Stored data
::::

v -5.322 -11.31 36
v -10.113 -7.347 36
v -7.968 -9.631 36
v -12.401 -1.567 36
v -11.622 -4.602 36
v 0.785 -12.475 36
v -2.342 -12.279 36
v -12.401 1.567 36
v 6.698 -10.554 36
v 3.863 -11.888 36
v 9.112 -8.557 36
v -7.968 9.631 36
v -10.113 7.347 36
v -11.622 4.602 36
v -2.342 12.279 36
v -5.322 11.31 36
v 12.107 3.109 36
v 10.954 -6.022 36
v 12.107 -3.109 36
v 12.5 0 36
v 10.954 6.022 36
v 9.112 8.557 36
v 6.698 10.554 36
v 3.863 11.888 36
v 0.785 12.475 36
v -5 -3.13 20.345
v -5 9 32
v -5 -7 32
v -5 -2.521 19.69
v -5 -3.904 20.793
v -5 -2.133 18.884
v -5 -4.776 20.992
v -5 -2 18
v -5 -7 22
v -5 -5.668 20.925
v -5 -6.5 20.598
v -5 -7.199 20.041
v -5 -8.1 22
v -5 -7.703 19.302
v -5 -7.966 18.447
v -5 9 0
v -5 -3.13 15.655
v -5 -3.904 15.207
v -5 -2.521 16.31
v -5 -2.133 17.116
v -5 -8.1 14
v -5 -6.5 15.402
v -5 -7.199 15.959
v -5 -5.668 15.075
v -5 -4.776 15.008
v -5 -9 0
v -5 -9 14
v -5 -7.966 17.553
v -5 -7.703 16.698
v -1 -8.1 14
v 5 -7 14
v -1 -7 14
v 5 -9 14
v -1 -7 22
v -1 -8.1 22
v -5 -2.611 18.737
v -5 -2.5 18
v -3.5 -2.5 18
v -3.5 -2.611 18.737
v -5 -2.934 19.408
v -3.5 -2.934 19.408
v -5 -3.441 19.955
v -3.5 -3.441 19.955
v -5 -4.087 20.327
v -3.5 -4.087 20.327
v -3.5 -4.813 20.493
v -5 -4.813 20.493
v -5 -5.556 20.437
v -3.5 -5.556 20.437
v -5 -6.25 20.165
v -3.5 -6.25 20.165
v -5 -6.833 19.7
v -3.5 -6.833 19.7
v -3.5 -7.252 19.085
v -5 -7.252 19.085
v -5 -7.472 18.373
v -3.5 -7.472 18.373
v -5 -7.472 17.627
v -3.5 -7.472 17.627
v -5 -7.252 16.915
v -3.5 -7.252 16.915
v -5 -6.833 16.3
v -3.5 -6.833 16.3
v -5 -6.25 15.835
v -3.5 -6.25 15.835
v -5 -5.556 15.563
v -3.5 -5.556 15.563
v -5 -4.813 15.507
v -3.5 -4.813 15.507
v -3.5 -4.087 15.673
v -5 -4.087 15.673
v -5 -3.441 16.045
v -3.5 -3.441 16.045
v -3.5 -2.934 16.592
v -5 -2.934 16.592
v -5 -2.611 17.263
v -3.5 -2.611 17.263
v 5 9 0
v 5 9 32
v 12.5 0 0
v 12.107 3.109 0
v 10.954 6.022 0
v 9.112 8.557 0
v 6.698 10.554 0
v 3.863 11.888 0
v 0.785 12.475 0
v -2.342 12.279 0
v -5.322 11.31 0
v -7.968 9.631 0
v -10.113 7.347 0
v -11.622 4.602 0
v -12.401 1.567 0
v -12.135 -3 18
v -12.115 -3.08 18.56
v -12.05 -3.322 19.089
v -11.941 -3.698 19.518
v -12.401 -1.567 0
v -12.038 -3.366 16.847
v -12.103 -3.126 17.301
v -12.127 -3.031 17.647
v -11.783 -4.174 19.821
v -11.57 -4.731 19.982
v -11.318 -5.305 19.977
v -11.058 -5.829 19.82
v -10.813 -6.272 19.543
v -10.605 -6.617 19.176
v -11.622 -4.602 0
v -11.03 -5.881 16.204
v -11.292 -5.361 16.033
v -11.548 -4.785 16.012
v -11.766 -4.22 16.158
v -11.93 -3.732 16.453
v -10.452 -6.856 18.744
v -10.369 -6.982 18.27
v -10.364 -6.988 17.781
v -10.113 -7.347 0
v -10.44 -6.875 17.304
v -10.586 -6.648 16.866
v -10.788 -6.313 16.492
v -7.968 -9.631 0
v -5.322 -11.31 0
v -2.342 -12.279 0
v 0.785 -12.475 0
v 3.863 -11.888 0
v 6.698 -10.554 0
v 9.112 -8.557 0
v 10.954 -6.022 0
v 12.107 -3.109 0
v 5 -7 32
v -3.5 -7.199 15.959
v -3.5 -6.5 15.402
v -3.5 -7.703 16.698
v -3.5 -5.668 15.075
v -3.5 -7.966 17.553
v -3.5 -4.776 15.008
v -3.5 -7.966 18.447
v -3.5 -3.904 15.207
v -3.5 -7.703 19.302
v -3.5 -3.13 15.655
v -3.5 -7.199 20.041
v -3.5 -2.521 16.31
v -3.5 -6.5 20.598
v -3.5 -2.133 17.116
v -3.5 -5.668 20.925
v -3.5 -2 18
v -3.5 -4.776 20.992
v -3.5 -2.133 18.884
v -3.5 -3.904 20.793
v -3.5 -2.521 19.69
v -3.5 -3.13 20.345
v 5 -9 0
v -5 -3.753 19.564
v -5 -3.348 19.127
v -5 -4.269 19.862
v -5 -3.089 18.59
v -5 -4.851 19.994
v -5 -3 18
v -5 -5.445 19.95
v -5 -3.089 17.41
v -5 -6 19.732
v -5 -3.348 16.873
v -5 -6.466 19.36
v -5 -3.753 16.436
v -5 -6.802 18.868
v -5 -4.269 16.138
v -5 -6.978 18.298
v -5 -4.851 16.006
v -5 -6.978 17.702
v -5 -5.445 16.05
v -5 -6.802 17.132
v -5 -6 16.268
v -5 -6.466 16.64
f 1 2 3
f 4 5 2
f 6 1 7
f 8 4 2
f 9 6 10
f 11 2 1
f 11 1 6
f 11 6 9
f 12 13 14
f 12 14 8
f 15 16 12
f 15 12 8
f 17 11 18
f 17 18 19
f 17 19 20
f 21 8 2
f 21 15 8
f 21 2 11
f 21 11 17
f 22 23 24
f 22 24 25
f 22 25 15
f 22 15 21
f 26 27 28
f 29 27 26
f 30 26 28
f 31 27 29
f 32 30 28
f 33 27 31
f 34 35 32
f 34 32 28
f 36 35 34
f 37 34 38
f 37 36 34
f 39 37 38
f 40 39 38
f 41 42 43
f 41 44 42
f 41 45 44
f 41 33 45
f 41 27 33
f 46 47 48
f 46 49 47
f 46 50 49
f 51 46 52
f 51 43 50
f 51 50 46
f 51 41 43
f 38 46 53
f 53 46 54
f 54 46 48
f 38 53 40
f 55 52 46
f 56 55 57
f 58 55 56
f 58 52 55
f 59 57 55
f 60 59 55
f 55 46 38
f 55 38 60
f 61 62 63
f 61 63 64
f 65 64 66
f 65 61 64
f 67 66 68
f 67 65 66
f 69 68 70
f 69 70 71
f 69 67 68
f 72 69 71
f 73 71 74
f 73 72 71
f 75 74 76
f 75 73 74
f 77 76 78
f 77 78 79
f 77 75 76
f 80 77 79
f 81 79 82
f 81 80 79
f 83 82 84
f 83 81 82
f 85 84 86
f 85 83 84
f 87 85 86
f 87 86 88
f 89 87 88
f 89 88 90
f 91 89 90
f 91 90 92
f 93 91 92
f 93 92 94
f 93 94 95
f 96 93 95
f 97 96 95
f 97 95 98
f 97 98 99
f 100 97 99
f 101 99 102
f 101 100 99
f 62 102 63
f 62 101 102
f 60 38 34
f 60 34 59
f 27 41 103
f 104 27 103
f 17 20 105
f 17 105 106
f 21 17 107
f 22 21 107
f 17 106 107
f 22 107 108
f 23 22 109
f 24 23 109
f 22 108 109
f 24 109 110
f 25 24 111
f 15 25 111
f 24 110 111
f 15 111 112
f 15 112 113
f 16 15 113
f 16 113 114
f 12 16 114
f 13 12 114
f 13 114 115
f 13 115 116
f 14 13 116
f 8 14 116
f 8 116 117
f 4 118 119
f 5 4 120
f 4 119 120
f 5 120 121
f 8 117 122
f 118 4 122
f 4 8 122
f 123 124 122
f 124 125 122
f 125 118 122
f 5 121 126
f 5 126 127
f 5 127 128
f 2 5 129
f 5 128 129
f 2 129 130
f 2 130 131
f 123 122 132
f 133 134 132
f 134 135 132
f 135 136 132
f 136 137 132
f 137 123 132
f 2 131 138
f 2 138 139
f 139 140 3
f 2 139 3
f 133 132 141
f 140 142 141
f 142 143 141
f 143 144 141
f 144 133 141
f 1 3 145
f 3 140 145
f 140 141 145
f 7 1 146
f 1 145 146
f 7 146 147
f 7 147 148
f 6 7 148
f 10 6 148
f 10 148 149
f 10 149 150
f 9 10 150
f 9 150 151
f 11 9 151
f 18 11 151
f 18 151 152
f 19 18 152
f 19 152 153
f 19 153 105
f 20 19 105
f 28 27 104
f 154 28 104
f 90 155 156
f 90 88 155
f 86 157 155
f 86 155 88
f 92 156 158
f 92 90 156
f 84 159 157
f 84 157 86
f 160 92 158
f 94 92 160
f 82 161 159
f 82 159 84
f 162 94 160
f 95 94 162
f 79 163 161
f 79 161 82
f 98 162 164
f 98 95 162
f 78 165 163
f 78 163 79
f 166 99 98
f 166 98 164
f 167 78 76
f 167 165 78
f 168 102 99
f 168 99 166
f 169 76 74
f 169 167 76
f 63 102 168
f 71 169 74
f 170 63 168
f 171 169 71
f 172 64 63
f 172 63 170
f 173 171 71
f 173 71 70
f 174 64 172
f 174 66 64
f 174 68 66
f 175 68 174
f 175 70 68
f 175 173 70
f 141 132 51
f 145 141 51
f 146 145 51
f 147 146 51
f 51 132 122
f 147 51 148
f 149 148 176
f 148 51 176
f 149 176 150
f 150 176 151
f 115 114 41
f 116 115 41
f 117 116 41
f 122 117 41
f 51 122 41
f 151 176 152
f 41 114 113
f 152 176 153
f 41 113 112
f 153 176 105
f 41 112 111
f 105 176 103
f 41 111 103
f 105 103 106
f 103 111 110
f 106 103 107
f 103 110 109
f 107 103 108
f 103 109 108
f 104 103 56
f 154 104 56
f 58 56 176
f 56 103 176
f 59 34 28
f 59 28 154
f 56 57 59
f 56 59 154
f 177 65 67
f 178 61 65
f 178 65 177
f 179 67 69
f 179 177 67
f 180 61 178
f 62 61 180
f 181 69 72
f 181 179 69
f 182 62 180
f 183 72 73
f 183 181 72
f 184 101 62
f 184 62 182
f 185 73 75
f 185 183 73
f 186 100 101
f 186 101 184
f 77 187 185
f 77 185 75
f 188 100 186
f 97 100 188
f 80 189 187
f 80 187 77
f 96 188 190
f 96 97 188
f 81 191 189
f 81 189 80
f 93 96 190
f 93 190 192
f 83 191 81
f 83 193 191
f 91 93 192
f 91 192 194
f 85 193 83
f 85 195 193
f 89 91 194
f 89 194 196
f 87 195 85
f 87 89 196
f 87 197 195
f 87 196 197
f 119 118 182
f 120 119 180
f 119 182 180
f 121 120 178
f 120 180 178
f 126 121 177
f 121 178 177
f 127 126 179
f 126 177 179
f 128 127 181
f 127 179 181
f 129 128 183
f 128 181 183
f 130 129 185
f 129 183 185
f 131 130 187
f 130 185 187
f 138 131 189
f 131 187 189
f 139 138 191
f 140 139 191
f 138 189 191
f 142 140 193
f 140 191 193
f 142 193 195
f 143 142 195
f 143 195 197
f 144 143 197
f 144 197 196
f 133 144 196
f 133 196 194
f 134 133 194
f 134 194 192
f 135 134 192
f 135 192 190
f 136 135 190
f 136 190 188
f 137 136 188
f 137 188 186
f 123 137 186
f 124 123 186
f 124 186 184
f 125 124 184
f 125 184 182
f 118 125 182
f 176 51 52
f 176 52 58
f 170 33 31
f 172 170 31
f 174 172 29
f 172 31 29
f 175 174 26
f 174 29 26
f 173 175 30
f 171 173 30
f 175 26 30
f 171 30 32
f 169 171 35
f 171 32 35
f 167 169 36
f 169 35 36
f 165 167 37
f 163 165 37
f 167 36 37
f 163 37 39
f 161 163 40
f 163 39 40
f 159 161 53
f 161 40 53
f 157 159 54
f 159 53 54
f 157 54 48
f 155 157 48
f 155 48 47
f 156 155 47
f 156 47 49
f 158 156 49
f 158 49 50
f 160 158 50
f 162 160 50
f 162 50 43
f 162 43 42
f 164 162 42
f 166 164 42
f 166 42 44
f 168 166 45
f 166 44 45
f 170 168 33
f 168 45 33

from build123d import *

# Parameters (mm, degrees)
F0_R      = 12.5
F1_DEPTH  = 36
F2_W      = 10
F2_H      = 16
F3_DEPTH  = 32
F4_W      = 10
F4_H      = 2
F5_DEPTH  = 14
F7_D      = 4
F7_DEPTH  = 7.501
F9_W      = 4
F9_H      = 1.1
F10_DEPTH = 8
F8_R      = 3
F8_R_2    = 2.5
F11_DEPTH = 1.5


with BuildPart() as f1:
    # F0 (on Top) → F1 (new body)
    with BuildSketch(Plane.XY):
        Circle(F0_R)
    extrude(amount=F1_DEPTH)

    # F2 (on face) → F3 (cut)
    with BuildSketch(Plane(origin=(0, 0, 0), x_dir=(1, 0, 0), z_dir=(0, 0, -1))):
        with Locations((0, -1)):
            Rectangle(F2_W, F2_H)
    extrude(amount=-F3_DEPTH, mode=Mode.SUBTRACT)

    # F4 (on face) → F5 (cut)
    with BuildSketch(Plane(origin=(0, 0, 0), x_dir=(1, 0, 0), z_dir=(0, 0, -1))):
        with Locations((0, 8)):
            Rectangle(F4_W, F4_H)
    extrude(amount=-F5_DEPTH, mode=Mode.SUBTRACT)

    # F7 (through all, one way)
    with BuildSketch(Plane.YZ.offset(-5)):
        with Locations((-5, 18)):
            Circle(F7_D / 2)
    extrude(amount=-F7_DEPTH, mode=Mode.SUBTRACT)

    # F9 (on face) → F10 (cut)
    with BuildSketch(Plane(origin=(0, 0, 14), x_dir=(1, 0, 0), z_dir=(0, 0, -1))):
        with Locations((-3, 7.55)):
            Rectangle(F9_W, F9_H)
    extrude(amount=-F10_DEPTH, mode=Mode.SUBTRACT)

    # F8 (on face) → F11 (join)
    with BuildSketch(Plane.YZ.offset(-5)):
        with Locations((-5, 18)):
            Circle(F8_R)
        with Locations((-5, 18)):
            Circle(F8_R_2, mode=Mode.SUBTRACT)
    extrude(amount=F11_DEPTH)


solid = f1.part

::::

-- TASK STATEMENT --
Retype the records above, but only those lines that fall between the line containing "v -3.5 -2.521 16.31" and the line containing "v -5 -6 19.732", with both of those lines included, exactly as written.

-- REPLY --
v -3.5 -2.521 16.31
v -3.5 -6.5 20.598
v -3.5 -2.133 17.116
v -3.5 -5.668 20.925
v -3.5 -2 18
v -3.5 -4.776 20.992
v -3.5 -2.133 18.884
v -3.5 -3.904 20.793
v -3.5 -2.521 19.69
v -3.5 -3.13 20.345
v 5 -9 0
v -5 -3.753 19.564
v -5 -3.348 19.127
v -5 -4.269 19.862
v -5 -3.089 18.59
v -5 -4.851 19.994
v -5 -3 18
v -5 -5.445 19.95
v -5 -3.089 17.41
v -5 -6 19.732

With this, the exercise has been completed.